__What you will do__
Copy out every line of the data where the word "through" is found.

(Saved entries)
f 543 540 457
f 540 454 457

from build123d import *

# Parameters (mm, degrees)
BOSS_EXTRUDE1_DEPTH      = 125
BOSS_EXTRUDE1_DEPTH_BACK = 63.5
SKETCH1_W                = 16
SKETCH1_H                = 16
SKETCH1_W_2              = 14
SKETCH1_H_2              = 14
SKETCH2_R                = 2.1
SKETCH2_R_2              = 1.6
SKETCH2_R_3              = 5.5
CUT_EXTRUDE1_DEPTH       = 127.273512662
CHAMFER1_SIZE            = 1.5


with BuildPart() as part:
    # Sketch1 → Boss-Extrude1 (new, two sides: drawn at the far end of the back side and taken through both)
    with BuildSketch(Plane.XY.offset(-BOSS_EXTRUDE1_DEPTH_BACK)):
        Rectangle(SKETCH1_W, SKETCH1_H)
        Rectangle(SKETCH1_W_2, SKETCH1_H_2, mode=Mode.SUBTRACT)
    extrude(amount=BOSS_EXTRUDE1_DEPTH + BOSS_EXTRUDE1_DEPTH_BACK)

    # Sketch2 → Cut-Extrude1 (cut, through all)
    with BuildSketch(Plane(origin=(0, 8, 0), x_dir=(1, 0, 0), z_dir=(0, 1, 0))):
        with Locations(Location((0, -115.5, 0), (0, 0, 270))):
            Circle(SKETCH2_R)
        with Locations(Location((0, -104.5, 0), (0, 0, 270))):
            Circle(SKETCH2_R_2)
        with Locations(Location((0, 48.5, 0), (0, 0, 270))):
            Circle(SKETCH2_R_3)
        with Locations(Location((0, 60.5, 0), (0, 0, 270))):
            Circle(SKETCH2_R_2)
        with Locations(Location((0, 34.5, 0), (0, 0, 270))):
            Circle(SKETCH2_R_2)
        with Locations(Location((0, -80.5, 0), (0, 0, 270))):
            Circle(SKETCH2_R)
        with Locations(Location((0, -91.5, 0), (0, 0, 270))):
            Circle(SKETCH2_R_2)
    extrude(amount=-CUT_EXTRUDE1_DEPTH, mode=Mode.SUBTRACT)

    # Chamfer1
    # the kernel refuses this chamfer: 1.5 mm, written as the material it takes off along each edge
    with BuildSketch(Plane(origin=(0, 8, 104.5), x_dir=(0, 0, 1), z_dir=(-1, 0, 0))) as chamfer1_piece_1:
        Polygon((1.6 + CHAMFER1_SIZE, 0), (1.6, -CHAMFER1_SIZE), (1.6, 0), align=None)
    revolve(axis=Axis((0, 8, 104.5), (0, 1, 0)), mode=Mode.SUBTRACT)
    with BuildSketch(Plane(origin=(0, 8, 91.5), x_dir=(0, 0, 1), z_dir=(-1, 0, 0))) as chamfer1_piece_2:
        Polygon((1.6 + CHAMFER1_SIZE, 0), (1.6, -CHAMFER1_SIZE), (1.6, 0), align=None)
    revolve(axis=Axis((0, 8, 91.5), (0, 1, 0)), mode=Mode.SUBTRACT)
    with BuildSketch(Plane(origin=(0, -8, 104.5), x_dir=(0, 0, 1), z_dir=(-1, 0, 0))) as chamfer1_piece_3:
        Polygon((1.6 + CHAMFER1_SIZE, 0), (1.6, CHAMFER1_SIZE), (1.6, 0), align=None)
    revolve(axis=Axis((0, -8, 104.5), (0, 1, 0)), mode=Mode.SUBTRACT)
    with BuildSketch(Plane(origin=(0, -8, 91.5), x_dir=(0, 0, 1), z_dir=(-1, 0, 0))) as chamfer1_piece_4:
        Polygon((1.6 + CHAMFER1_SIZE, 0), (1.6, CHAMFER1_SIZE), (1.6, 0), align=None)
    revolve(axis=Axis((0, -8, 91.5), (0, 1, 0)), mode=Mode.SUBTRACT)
* * *
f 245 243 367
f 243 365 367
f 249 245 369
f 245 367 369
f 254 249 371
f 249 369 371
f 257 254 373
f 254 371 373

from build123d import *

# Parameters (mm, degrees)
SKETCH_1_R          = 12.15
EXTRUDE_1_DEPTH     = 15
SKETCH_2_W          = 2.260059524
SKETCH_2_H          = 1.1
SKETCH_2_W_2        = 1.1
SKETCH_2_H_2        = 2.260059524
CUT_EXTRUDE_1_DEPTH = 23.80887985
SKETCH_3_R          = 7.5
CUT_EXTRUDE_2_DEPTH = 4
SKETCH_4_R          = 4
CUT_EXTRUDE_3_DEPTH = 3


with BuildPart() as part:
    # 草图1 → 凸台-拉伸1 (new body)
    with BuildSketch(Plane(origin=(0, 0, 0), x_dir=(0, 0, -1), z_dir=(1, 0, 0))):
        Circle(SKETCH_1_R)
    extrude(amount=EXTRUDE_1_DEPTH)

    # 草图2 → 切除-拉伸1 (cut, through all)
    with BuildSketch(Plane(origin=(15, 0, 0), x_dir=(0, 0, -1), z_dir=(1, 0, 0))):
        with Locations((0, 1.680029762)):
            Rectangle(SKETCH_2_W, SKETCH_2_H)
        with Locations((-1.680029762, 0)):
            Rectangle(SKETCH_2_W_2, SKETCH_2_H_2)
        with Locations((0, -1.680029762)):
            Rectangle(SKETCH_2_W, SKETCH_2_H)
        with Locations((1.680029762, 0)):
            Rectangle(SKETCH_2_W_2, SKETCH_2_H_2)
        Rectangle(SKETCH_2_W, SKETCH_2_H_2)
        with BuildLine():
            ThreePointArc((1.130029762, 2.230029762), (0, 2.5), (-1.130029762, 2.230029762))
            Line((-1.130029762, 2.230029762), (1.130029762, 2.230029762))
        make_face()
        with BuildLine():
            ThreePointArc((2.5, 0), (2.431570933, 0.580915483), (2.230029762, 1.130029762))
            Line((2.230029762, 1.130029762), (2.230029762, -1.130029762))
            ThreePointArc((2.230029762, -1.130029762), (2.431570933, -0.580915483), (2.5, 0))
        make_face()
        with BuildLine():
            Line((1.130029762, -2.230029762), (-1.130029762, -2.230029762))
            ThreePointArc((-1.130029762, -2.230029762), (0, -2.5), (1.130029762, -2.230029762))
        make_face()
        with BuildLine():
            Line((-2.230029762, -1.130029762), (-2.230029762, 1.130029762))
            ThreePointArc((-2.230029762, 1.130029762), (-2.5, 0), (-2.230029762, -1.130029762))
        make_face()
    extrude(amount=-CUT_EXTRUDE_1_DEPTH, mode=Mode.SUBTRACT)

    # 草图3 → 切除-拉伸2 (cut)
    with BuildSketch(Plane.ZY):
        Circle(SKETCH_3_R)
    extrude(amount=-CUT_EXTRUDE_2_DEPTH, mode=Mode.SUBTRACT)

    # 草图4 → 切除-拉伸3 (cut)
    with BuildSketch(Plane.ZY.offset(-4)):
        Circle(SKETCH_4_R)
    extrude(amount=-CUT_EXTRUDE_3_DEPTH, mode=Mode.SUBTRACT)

__Solution to this problem__
    # Sketch1 → Boss-Extrude1 (new, two sides: drawn at the far end of the back side and taken through both)
    # Sketch2 → Cut-Extrude1 (cut, through all)
    # 草图2 → 切除-拉伸1 (cut, through all)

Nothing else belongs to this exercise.